In the records below, find the line that contains "#89=AXIS2_PLACEMENT_3D('',#88,#16,#17);" and the line that contains "#111=CARTESIAN_POINT('',(12.7,0.,3.175));". Set down exactly those lines and every line between them, and nothing more.

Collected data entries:
********************

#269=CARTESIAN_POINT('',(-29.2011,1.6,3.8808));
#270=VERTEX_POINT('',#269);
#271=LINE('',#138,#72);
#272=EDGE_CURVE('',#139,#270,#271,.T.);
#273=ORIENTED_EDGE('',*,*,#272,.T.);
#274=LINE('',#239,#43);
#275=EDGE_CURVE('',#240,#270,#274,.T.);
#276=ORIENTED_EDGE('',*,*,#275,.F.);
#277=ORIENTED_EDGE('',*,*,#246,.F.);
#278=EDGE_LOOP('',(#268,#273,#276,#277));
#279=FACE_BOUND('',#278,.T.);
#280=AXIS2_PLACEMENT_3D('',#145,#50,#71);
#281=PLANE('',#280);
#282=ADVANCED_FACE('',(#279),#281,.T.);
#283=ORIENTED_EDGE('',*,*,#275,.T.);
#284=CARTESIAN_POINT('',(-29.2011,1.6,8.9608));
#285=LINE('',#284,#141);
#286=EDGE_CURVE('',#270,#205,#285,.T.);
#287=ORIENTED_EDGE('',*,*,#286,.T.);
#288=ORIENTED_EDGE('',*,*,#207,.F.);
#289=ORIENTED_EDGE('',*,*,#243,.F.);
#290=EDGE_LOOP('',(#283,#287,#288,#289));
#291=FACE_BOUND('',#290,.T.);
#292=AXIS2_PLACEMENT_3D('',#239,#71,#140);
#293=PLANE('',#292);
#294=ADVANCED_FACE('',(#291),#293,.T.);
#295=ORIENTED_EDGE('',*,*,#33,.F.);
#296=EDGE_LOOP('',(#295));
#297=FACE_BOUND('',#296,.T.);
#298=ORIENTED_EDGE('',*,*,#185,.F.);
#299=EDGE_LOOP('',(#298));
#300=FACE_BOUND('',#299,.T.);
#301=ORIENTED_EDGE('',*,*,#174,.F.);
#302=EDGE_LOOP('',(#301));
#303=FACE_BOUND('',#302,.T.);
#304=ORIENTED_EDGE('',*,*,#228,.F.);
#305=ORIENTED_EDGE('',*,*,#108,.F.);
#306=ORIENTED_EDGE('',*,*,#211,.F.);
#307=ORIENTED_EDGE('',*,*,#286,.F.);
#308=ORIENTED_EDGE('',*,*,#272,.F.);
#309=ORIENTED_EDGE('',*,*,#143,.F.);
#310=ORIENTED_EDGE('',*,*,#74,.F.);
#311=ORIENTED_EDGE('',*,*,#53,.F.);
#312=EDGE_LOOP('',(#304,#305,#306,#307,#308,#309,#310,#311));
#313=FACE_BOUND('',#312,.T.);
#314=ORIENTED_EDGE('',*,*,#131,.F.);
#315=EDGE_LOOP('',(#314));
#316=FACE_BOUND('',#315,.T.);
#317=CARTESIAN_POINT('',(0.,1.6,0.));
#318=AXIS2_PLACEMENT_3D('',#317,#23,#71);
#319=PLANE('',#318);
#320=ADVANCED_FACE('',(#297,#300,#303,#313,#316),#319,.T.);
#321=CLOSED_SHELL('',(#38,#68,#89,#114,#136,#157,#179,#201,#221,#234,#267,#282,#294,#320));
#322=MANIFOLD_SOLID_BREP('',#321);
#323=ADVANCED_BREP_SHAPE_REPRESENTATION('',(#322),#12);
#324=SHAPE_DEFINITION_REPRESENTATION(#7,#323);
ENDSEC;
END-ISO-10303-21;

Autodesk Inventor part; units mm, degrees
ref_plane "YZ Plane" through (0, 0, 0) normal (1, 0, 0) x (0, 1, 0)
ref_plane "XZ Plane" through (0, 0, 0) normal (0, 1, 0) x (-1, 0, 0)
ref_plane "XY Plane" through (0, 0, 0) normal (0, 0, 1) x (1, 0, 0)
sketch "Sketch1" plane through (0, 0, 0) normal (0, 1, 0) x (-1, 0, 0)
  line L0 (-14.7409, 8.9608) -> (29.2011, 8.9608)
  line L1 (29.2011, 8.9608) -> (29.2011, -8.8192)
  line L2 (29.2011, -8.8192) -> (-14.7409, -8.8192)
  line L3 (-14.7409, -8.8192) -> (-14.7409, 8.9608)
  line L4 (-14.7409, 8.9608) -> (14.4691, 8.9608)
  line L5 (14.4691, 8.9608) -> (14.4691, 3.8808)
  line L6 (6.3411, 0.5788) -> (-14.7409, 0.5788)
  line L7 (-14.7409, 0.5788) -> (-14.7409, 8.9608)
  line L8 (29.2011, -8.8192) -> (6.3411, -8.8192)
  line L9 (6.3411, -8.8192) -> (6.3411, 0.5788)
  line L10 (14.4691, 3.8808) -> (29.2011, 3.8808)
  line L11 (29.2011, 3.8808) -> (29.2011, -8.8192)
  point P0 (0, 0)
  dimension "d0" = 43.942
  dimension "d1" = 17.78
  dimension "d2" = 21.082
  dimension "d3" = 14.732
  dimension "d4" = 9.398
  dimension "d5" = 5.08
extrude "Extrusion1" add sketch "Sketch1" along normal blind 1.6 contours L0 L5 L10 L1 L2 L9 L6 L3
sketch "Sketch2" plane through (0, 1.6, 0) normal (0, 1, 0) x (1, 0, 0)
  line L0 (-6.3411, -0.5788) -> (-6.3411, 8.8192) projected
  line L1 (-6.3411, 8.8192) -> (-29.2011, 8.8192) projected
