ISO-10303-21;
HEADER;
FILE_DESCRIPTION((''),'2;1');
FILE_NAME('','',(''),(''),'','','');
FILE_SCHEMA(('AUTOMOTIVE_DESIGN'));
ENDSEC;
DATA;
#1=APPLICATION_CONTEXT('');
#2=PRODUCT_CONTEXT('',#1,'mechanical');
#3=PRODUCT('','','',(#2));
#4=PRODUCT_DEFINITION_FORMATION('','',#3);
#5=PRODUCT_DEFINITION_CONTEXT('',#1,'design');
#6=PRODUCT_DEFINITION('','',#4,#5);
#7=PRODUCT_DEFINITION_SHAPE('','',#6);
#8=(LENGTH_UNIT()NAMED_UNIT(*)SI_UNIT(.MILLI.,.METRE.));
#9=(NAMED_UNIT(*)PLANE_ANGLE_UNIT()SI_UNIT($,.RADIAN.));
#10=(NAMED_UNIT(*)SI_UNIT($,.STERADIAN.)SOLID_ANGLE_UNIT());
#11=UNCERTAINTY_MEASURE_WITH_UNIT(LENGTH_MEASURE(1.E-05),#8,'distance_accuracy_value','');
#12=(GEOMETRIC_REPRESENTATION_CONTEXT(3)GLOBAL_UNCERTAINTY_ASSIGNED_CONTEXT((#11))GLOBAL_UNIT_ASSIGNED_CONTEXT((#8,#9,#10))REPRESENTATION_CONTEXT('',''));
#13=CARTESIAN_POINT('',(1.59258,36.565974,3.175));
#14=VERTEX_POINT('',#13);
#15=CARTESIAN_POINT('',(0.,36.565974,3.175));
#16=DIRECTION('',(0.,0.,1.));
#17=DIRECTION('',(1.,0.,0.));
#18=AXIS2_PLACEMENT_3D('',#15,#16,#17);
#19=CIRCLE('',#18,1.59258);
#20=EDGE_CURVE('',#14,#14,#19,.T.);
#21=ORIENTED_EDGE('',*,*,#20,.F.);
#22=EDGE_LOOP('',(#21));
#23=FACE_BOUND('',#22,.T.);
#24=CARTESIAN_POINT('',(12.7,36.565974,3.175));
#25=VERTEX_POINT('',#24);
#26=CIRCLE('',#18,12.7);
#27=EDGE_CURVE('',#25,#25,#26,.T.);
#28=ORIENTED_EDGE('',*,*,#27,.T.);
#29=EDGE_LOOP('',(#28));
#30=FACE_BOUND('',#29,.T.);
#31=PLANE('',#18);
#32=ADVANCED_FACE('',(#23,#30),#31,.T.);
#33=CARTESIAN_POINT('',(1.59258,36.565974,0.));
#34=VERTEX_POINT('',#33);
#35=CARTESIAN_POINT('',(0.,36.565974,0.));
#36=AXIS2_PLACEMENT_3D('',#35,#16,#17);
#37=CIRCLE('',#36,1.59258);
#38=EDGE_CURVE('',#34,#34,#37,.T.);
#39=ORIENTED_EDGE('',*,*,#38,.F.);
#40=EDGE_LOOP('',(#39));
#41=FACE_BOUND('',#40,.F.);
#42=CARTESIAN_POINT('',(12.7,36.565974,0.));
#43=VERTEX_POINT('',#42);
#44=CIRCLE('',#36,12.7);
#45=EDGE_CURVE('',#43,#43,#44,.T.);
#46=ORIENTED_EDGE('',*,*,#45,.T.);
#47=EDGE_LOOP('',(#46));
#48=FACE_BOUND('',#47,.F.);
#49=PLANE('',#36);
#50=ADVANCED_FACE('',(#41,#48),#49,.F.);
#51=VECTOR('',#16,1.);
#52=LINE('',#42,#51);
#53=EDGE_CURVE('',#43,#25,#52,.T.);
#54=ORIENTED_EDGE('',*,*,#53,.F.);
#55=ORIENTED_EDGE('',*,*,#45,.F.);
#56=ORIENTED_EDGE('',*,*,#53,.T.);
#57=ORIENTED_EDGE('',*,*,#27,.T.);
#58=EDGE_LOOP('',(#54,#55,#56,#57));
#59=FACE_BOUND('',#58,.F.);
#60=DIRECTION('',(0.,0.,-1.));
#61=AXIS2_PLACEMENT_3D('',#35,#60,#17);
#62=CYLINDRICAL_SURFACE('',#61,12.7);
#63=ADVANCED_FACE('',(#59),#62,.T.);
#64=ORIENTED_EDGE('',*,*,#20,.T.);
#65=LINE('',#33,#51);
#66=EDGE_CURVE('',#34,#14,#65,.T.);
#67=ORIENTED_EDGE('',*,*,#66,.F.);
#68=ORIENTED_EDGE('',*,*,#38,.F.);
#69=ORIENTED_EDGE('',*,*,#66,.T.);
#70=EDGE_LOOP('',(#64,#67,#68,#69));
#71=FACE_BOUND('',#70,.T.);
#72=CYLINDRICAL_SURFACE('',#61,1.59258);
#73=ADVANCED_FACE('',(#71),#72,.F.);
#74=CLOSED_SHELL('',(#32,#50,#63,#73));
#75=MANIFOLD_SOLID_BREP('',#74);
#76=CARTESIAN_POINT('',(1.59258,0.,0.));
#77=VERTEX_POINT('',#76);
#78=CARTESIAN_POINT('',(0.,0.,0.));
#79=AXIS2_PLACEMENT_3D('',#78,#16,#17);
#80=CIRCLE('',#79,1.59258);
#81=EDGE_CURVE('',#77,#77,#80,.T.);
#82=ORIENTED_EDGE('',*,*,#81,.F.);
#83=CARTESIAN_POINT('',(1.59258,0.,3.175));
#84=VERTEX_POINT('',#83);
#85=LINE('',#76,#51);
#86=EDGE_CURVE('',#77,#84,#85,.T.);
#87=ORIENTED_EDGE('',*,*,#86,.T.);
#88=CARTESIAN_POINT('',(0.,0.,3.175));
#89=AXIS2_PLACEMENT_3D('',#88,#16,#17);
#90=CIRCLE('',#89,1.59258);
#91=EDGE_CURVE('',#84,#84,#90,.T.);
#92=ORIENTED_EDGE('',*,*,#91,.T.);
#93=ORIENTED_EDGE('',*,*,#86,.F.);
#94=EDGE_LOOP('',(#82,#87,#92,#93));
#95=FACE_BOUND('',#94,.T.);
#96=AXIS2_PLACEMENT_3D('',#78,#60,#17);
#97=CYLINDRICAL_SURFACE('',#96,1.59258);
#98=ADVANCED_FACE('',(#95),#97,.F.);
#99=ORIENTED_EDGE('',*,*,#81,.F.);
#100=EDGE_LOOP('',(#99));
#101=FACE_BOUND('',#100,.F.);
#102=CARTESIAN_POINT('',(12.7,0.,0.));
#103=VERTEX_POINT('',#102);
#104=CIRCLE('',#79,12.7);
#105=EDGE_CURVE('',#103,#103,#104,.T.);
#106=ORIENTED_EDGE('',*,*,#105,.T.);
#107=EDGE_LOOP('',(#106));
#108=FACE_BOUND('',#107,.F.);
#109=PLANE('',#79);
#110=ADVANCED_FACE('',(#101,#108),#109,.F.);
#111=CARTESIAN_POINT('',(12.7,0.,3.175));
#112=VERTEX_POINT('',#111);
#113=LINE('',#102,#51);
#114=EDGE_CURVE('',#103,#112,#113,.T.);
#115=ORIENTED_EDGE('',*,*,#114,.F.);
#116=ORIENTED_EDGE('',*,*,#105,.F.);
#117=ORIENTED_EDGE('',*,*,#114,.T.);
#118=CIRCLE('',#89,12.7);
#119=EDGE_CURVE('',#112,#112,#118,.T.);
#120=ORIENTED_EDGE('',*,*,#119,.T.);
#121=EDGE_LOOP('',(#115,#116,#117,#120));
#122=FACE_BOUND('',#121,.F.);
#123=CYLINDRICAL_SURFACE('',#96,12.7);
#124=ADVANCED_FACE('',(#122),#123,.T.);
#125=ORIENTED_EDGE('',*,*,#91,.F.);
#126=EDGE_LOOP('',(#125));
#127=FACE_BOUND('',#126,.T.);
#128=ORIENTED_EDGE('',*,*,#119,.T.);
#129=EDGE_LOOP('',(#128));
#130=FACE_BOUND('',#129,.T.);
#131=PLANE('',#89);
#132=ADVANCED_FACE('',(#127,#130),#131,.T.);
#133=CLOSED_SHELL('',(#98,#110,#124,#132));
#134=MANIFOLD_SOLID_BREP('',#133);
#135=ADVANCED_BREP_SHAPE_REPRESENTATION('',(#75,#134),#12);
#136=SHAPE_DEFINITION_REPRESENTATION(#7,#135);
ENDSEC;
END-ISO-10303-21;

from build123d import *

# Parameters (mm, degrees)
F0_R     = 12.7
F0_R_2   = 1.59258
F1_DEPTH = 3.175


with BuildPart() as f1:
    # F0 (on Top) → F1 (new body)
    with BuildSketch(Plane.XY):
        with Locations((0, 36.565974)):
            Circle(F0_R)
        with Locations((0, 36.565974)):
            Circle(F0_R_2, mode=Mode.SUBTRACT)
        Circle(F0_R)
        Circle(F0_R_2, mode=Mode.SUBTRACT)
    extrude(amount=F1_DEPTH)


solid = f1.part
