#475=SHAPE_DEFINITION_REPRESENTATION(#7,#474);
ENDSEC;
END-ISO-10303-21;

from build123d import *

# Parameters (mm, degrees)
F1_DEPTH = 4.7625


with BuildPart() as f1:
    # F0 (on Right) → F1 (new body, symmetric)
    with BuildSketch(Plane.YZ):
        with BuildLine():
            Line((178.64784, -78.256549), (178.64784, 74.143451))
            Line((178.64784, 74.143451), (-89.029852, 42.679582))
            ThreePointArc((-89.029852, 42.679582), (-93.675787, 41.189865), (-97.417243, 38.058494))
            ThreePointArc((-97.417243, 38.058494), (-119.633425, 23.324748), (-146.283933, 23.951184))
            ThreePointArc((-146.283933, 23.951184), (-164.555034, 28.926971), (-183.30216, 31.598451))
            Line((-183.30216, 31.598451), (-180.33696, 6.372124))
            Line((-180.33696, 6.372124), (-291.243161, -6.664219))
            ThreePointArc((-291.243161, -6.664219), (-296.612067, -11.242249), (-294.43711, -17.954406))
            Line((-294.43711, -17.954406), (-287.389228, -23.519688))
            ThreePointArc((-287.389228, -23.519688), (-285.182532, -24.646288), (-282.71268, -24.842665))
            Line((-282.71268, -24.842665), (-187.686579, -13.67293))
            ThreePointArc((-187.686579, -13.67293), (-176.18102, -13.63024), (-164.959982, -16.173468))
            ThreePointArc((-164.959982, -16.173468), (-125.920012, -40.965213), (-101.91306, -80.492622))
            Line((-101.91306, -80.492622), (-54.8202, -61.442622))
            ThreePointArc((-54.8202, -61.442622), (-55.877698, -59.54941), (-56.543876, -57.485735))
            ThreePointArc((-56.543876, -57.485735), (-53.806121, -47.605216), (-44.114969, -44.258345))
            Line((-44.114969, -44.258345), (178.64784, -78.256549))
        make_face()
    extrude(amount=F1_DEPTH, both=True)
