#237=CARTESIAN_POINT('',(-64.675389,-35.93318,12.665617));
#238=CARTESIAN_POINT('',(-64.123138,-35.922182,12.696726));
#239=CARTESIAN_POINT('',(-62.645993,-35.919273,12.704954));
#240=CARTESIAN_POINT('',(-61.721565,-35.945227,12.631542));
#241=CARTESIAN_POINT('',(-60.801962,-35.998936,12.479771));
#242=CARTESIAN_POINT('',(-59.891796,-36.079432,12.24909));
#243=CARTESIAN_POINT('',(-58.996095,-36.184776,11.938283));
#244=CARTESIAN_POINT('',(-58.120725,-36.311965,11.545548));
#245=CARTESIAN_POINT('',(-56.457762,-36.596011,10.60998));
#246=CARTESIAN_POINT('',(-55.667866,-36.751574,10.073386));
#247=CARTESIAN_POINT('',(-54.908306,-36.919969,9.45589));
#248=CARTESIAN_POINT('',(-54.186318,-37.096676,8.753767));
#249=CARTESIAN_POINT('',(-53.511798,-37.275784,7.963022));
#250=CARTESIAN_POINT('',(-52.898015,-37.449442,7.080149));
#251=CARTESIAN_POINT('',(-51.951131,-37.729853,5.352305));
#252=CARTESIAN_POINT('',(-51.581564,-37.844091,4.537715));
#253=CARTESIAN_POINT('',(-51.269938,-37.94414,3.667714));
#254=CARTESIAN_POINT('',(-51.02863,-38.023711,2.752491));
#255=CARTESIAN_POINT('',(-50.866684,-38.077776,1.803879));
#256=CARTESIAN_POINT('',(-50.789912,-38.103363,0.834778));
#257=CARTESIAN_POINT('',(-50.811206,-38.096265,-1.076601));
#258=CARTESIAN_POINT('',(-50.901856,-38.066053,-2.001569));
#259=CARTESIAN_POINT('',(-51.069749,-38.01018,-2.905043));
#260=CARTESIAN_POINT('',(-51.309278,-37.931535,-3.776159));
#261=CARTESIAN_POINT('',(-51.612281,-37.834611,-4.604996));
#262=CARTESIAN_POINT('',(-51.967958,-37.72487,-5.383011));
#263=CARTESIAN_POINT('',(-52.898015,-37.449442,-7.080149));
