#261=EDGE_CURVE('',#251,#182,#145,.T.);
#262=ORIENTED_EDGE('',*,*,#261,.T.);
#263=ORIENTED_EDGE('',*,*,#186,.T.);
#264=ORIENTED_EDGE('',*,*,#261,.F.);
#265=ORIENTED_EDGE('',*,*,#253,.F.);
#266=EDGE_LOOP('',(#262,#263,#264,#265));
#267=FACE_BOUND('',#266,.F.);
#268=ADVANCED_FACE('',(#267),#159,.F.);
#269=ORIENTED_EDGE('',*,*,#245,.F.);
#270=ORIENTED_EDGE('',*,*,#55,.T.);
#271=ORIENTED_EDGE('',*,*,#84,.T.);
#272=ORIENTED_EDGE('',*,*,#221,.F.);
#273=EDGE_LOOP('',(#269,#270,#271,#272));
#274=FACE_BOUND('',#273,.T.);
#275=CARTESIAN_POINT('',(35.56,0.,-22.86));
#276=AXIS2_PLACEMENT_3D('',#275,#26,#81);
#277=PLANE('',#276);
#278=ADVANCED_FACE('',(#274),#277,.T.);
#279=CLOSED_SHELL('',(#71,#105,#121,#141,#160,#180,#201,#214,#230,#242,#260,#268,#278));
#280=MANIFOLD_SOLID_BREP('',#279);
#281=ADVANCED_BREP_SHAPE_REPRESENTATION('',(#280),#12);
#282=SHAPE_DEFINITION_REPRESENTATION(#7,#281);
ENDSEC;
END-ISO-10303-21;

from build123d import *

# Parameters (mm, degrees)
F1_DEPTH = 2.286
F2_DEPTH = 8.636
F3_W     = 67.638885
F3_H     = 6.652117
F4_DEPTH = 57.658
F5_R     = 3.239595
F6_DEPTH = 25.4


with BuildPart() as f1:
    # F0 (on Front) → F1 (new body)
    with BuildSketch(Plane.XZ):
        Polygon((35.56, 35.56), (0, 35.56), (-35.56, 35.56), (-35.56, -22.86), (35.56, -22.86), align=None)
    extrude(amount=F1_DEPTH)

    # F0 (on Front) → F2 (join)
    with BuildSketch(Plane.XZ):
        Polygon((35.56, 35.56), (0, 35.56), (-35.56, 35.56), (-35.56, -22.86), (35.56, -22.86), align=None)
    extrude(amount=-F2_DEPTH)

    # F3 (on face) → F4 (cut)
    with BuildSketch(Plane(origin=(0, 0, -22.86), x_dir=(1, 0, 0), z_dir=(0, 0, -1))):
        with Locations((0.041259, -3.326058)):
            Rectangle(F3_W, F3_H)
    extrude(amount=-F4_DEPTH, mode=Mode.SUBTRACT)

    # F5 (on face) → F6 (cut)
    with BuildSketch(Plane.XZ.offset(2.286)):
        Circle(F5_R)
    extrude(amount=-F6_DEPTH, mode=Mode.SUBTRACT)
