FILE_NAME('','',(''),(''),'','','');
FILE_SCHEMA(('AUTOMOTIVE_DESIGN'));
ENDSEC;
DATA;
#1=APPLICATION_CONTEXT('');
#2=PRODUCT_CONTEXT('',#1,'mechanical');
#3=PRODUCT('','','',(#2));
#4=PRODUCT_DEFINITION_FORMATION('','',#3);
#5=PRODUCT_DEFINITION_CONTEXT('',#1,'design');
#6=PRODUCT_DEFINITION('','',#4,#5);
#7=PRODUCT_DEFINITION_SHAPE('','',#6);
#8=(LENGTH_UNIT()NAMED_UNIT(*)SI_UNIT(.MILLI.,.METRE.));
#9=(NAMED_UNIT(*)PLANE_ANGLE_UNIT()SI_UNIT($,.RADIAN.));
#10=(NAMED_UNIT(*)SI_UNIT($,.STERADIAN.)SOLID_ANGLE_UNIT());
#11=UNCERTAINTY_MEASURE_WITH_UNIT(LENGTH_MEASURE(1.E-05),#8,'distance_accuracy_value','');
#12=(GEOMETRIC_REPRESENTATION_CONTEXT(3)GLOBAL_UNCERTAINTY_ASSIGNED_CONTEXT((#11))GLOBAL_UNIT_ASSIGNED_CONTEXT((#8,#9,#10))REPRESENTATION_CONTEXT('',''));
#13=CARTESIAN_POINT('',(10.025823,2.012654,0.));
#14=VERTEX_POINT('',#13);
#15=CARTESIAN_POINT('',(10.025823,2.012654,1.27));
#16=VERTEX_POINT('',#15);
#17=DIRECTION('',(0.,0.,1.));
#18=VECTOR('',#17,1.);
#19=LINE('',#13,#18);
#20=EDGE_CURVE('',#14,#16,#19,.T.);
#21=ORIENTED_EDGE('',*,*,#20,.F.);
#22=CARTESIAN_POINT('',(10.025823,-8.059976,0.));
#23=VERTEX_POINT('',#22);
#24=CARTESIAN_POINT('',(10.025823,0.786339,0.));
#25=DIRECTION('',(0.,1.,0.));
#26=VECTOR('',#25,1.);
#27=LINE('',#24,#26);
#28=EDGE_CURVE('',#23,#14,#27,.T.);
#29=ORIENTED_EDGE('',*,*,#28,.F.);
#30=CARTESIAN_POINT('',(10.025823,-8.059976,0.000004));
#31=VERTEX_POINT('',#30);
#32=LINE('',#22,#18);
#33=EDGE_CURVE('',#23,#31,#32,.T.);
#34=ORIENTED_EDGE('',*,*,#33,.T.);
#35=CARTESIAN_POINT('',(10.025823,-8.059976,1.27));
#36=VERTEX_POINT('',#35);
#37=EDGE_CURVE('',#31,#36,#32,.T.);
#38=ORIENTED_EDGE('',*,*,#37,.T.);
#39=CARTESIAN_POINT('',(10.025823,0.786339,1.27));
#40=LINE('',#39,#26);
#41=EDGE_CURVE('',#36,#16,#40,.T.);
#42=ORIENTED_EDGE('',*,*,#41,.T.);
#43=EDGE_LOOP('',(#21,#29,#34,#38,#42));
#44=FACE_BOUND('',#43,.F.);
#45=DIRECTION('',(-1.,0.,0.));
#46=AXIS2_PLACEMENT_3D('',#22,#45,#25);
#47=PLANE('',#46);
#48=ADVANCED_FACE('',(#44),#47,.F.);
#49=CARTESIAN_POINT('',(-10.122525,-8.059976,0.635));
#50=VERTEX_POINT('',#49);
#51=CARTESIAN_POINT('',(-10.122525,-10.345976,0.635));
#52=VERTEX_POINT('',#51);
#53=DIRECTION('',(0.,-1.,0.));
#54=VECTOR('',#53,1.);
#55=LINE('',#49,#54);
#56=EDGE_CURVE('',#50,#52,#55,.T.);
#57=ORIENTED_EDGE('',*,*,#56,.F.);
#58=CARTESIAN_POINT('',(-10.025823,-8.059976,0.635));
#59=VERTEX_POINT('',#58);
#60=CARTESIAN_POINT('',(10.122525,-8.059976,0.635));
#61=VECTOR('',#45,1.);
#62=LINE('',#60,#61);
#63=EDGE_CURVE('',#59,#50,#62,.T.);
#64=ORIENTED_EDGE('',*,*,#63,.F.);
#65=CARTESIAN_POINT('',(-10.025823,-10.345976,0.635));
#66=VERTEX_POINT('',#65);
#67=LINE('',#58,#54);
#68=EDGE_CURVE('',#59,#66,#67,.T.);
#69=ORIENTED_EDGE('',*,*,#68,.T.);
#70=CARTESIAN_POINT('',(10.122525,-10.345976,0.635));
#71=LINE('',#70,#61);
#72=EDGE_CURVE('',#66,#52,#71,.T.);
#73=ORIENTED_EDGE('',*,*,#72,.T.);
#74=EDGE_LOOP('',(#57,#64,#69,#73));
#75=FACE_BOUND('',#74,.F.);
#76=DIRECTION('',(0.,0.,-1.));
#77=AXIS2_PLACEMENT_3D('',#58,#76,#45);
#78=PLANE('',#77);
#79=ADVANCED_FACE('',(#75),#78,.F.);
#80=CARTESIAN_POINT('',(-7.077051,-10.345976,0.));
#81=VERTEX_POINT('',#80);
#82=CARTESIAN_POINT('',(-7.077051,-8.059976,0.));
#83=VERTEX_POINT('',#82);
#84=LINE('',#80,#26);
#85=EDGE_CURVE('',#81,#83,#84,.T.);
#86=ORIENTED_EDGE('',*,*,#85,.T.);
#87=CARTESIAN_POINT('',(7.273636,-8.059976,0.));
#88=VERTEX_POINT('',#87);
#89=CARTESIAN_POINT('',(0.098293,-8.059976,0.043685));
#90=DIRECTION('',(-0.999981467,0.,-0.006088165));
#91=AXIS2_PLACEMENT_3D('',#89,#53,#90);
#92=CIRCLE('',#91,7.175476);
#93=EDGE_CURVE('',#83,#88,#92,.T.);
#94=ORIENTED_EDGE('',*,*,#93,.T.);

********************

- _Output for this task_
#89=AXIS2_PLACEMENT_3D('',#88,#16,#17);
#90=CIRCLE('',#89,1.59258);
#91=EDGE_CURVE('',#84,#84,#90,.T.);
#92=ORIENTED_EDGE('',*,*,#91,.T.);
#93=ORIENTED_EDGE('',*,*,#86,.F.);
#94=EDGE_LOOP('',(#82,#87,#92,#93));
#95=FACE_BOUND('',#94,.T.);
#96=AXIS2_PLACEMENT_3D('',#78,#60,#17);
#97=CYLINDRICAL_SURFACE('',#96,1.59258);
#98=ADVANCED_FACE('',(#95),#97,.F.);
#99=ORIENTED_EDGE('',*,*,#81,.F.);
#100=EDGE_LOOP('',(#99));
#101=FACE_BOUND('',#100,.F.);
#102=CARTESIAN_POINT('',(12.7,0.,0.));
#103=VERTEX_POINT('',#102);
#104=CIRCLE('',#79,12.7);
#105=EDGE_CURVE('',#103,#103,#104,.T.);
#106=ORIENTED_EDGE('',*,*,#105,.T.);
#107=EDGE_LOOP('',(#106));
#108=FACE_BOUND('',#107,.F.);
#109=PLANE('',#79);
#110=ADVANCED_FACE('',(#101,#108),#109,.F.);
#111=CARTESIAN_POINT('',(12.7,0.,3.175));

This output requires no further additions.